──────── Data records ────────

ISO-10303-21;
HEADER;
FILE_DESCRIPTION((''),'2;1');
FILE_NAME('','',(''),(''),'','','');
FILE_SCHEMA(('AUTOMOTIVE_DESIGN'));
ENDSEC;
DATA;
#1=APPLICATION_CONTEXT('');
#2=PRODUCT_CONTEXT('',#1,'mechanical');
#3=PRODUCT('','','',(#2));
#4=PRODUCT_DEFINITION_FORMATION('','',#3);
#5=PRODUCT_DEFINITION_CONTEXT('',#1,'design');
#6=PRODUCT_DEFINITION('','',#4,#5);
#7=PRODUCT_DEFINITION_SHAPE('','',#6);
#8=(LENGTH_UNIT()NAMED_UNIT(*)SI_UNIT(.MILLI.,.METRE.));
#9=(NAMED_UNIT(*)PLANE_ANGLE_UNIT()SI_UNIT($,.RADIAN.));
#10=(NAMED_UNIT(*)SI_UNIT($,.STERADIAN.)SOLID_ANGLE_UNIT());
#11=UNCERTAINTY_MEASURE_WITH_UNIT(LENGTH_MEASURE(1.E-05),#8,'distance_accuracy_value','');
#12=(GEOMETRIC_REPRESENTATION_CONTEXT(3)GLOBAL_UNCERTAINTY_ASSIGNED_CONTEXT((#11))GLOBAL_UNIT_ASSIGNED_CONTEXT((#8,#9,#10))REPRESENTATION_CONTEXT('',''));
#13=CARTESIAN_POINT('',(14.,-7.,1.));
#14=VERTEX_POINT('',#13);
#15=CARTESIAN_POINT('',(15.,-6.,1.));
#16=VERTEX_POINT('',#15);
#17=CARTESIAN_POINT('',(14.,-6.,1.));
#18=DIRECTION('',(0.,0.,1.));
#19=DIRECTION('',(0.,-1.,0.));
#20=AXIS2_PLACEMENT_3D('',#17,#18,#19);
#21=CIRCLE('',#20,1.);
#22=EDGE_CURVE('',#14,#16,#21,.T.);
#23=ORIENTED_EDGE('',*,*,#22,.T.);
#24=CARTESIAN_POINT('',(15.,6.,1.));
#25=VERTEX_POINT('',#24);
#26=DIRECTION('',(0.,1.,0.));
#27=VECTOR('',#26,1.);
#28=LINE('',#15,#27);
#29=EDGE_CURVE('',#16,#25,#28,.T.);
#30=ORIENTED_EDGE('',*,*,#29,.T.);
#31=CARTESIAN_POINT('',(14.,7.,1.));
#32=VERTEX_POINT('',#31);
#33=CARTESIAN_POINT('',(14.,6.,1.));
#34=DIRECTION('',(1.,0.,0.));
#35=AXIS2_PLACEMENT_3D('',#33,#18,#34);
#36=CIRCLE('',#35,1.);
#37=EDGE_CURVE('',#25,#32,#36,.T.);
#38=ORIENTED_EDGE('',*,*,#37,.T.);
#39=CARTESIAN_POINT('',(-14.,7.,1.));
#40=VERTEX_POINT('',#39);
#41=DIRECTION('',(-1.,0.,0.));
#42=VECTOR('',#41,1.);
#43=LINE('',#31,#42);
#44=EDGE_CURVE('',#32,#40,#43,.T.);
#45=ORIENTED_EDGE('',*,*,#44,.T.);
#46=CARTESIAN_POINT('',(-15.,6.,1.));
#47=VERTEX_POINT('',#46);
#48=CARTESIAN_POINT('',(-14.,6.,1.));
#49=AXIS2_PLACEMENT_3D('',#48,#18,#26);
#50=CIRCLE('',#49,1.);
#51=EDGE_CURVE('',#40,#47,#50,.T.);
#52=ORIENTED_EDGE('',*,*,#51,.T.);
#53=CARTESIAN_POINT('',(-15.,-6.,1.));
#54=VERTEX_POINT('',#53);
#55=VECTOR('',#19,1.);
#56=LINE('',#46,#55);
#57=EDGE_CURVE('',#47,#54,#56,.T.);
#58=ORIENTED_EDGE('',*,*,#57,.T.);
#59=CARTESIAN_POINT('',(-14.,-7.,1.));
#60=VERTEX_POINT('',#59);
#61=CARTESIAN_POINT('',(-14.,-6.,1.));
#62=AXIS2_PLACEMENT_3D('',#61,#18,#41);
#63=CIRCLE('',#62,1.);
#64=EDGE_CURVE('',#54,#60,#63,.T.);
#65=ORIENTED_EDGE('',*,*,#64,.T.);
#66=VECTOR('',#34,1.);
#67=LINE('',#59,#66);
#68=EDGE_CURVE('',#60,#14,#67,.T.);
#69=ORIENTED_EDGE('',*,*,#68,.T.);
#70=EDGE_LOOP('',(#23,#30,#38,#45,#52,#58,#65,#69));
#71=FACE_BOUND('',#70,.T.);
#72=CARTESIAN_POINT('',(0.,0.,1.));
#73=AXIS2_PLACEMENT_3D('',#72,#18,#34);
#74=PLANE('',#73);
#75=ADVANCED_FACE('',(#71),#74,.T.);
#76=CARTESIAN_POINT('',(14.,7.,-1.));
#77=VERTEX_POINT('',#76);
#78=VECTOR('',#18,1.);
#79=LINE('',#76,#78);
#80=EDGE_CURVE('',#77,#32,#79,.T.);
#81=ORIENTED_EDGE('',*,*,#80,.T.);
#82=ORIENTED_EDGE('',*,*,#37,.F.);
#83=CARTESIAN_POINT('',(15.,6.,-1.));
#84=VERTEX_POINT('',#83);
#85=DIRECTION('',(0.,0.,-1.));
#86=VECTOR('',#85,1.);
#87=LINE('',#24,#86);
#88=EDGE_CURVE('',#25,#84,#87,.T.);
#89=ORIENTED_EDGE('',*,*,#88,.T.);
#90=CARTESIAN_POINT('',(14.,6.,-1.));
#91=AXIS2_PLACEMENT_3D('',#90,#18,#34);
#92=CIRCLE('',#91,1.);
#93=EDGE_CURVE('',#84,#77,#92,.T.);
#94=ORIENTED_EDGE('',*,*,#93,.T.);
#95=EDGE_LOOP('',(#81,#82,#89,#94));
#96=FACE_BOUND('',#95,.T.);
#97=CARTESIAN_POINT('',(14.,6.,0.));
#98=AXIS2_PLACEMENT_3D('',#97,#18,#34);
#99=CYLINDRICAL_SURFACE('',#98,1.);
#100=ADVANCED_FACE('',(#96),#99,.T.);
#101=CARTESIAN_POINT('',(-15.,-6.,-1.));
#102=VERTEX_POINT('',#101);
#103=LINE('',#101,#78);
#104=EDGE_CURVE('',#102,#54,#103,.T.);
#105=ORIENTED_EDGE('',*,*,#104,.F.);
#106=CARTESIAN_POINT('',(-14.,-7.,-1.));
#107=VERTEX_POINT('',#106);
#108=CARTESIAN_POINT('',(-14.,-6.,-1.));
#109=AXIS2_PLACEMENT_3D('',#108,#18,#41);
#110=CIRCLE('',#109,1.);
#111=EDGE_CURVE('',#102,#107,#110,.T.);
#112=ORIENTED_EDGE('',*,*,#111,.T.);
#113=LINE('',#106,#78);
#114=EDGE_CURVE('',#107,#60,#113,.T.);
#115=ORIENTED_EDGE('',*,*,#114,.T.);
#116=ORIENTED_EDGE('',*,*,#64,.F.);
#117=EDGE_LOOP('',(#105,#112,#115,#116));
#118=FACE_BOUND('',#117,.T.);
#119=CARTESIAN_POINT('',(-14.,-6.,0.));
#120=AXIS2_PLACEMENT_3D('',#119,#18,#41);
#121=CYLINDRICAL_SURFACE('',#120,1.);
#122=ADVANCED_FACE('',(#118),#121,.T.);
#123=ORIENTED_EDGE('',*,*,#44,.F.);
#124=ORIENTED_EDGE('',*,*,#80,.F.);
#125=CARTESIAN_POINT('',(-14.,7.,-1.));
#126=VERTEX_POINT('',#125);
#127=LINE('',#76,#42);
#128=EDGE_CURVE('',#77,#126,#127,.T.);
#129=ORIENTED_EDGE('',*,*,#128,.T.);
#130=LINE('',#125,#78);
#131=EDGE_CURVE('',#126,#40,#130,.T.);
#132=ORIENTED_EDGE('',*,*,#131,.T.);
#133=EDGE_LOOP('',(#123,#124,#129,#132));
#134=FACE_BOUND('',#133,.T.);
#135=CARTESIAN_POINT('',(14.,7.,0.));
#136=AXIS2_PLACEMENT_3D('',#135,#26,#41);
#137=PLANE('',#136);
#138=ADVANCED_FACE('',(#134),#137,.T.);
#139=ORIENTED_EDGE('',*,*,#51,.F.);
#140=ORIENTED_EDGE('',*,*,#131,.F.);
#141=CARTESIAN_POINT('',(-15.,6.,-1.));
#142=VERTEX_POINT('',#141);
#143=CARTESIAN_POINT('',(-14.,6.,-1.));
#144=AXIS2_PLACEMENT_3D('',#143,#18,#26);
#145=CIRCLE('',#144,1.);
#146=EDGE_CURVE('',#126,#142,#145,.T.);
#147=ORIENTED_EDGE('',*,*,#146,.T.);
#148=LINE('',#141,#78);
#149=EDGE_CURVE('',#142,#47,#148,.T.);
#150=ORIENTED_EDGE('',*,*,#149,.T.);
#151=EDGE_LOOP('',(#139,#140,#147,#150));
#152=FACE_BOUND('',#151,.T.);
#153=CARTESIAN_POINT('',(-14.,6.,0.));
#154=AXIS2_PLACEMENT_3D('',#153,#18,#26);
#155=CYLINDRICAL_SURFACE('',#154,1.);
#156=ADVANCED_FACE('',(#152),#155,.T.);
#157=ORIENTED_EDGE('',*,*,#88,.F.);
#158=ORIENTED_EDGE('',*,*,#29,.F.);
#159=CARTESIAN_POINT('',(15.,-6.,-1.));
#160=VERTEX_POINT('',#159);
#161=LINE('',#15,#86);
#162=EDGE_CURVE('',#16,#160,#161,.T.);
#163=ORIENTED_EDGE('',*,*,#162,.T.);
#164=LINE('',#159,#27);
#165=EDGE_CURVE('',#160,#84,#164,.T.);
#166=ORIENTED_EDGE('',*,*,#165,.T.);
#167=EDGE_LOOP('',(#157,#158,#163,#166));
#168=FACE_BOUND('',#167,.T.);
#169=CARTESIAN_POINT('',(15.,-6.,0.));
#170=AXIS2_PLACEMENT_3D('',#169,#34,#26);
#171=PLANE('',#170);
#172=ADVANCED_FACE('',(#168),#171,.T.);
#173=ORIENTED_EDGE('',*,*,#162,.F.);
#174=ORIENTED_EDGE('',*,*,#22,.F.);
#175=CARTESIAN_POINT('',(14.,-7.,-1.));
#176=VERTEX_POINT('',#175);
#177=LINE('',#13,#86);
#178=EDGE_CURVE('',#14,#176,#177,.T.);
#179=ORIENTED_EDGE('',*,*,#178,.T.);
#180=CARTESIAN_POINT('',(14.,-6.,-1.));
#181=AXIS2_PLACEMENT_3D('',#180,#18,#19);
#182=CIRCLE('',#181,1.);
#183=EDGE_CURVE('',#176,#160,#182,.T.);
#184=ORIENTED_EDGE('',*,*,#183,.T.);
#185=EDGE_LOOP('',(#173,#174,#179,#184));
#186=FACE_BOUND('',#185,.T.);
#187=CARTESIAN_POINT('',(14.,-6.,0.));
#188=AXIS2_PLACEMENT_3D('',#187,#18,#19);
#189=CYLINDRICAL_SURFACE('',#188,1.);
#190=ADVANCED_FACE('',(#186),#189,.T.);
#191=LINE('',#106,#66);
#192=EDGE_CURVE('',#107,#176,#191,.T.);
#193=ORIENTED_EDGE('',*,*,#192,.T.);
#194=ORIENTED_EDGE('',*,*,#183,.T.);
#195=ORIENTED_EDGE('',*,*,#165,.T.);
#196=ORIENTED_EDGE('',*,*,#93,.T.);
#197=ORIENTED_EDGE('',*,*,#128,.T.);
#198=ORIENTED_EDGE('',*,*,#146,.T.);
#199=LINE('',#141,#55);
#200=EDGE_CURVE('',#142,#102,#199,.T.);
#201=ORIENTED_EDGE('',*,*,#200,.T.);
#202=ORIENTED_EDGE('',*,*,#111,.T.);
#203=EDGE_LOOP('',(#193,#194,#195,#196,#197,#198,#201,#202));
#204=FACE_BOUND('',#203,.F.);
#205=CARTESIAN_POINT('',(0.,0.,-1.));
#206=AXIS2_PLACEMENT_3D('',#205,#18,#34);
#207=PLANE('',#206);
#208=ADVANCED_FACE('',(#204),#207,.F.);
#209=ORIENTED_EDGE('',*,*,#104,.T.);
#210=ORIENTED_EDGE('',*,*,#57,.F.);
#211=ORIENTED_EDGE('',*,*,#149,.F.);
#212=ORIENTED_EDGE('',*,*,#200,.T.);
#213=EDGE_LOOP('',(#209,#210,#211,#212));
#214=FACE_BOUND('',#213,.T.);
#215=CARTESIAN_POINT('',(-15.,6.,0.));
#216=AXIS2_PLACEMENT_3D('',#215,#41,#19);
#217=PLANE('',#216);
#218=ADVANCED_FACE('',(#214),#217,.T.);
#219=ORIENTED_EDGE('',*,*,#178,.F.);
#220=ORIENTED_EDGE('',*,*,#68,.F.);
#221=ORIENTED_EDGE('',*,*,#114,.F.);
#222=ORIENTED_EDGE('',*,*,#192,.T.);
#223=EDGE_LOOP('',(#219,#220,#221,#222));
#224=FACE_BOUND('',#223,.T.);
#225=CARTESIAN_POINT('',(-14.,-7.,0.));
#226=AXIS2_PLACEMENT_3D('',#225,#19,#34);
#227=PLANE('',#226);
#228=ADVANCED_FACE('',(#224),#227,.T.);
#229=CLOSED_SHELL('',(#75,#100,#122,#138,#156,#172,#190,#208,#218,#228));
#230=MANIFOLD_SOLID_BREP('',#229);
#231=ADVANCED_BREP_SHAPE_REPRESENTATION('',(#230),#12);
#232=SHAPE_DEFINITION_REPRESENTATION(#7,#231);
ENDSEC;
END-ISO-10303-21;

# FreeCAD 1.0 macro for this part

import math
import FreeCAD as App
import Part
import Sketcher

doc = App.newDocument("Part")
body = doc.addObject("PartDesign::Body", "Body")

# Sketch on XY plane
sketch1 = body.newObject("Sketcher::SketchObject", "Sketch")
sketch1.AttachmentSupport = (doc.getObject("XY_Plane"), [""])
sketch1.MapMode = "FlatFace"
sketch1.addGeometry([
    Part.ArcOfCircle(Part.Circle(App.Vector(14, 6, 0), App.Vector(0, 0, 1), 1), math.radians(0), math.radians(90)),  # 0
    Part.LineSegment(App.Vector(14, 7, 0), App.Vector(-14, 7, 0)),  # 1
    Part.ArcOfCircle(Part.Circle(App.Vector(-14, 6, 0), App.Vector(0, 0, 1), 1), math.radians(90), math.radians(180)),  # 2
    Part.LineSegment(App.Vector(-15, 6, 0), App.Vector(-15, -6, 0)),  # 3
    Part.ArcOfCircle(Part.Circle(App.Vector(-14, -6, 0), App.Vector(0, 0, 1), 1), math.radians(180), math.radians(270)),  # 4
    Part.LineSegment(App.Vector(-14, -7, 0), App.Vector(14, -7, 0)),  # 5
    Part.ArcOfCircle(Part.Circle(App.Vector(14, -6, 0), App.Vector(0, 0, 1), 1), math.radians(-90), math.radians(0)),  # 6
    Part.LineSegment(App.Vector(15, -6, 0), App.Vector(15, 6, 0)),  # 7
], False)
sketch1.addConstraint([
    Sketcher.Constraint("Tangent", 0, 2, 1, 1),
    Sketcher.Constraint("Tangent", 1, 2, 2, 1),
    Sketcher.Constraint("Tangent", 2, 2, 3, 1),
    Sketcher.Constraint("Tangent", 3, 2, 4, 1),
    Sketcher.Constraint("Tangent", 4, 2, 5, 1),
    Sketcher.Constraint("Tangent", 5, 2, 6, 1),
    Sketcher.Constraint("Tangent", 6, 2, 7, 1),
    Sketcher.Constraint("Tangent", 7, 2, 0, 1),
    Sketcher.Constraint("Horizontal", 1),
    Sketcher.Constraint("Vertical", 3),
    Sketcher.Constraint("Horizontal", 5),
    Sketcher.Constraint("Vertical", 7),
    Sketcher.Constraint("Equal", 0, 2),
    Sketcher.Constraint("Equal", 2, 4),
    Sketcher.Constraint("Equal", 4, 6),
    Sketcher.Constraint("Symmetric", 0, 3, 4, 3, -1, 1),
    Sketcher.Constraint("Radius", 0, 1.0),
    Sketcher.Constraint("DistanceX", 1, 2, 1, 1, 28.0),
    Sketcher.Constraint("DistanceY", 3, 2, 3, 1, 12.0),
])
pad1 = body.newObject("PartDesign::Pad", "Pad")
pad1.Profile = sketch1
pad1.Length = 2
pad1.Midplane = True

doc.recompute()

────────

▶ Required work: All that belongs in the answer is the run of lines above from the line containing "FILE_DESCRIPTION((''),'2;1');" through the line containing "#48=CARTESIAN_POINT('',(-14.,6.,1.));", exactly as written.

▶ Answer section:
FILE_DESCRIPTION((''),'2;1');
FILE_NAME('','',(''),(''),'','','');
FILE_SCHEMA(('AUTOMOTIVE_DESIGN'));
ENDSEC;
DATA;
#1=APPLICATION_CONTEXT('');
#2=PRODUCT_CONTEXT('',#1,'mechanical');
#3=PRODUCT('','','',(#2));
#4=PRODUCT_DEFINITION_FORMATION('','',#3);
#5=PRODUCT_DEFINITION_CONTEXT('',#1,'design');
#6=PRODUCT_DEFINITION('','',#4,#5);
#7=PRODUCT_DEFINITION_SHAPE('','',#6);
#8=(LENGTH_UNIT()NAMED_UNIT(*)SI_UNIT(.MILLI.,.METRE.));
#9=(NAMED_UNIT(*)PLANE_ANGLE_UNIT()SI_UNIT($,.RADIAN.));
#10=(NAMED_UNIT(*)SI_UNIT($,.STERADIAN.)SOLID_ANGLE_UNIT());
#11=UNCERTAINTY_MEASURE_WITH_UNIT(LENGTH_MEASURE(1.E-05),#8,'distance_accuracy_value','');
#12=(GEOMETRIC_REPRESENTATION_CONTEXT(3)GLOBAL_UNCERTAINTY_ASSIGNED_CONTEXT((#11))GLOBAL_UNIT_ASSIGNED_CONTEXT((#8,#9,#10))REPRESENTATION_CONTEXT('',''));
#13=CARTESIAN_POINT('',(14.,-7.,1.));
#14=VERTEX_POINT('',#13);
#15=CARTESIAN_POINT('',(15.,-6.,1.));
#16=VERTEX_POINT('',#15);
#17=CARTESIAN_POINT('',(14.,-6.,1.));
#18=DIRECTION('',(0.,0.,1.));
#19=DIRECTION('',(0.,-1.,0.));
#20=AXIS2_PLACEMENT_3D('',#17,#18,#19);
#21=CIRCLE('',#20,1.);
#22=EDGE_CURVE('',#14,#16,#21,.T.);
#23=ORIENTED_EDGE('',*,*,#22,.T.);
#24=CARTESIAN_POINT('',(15.,6.,1.));
#25=VERTEX_POINT('',#24);
#26=DIRECTION('',(0.,1.,0.));
#27=VECTOR('',#26,1.);
#28=LINE('',#15,#27);
#29=EDGE_CURVE('',#16,#25,#28,.T.);
#30=ORIENTED_EDGE('',*,*,#29,.T.);
#31=CARTESIAN_POINT('',(14.,7.,1.));
#32=VERTEX_POINT('',#31);
#33=CARTESIAN_POINT('',(14.,6.,1.));
#34=DIRECTION('',(1.,0.,0.));
#35=AXIS2_PLACEMENT_3D('',#33,#18,#34);
#36=CIRCLE('',#35,1.);
#37=EDGE_CURVE('',#25,#32,#36,.T.);
#38=ORIENTED_EDGE('',*,*,#37,.T.);
#39=CARTESIAN_POINT('',(-14.,7.,1.));
#40=VERTEX_POINT('',#39);
#41=DIRECTION('',(-1.,0.,0.));
#42=VECTOR('',#41,1.);
#43=LINE('',#31,#42);
#44=EDGE_CURVE('',#32,#40,#43,.T.);
#45=ORIENTED_EDGE('',*,*,#44,.T.);
#46=CARTESIAN_POINT('',(-15.,6.,1.));
#47=VERTEX_POINT('',#46);
#48=CARTESIAN_POINT('',(-14.,6.,1.));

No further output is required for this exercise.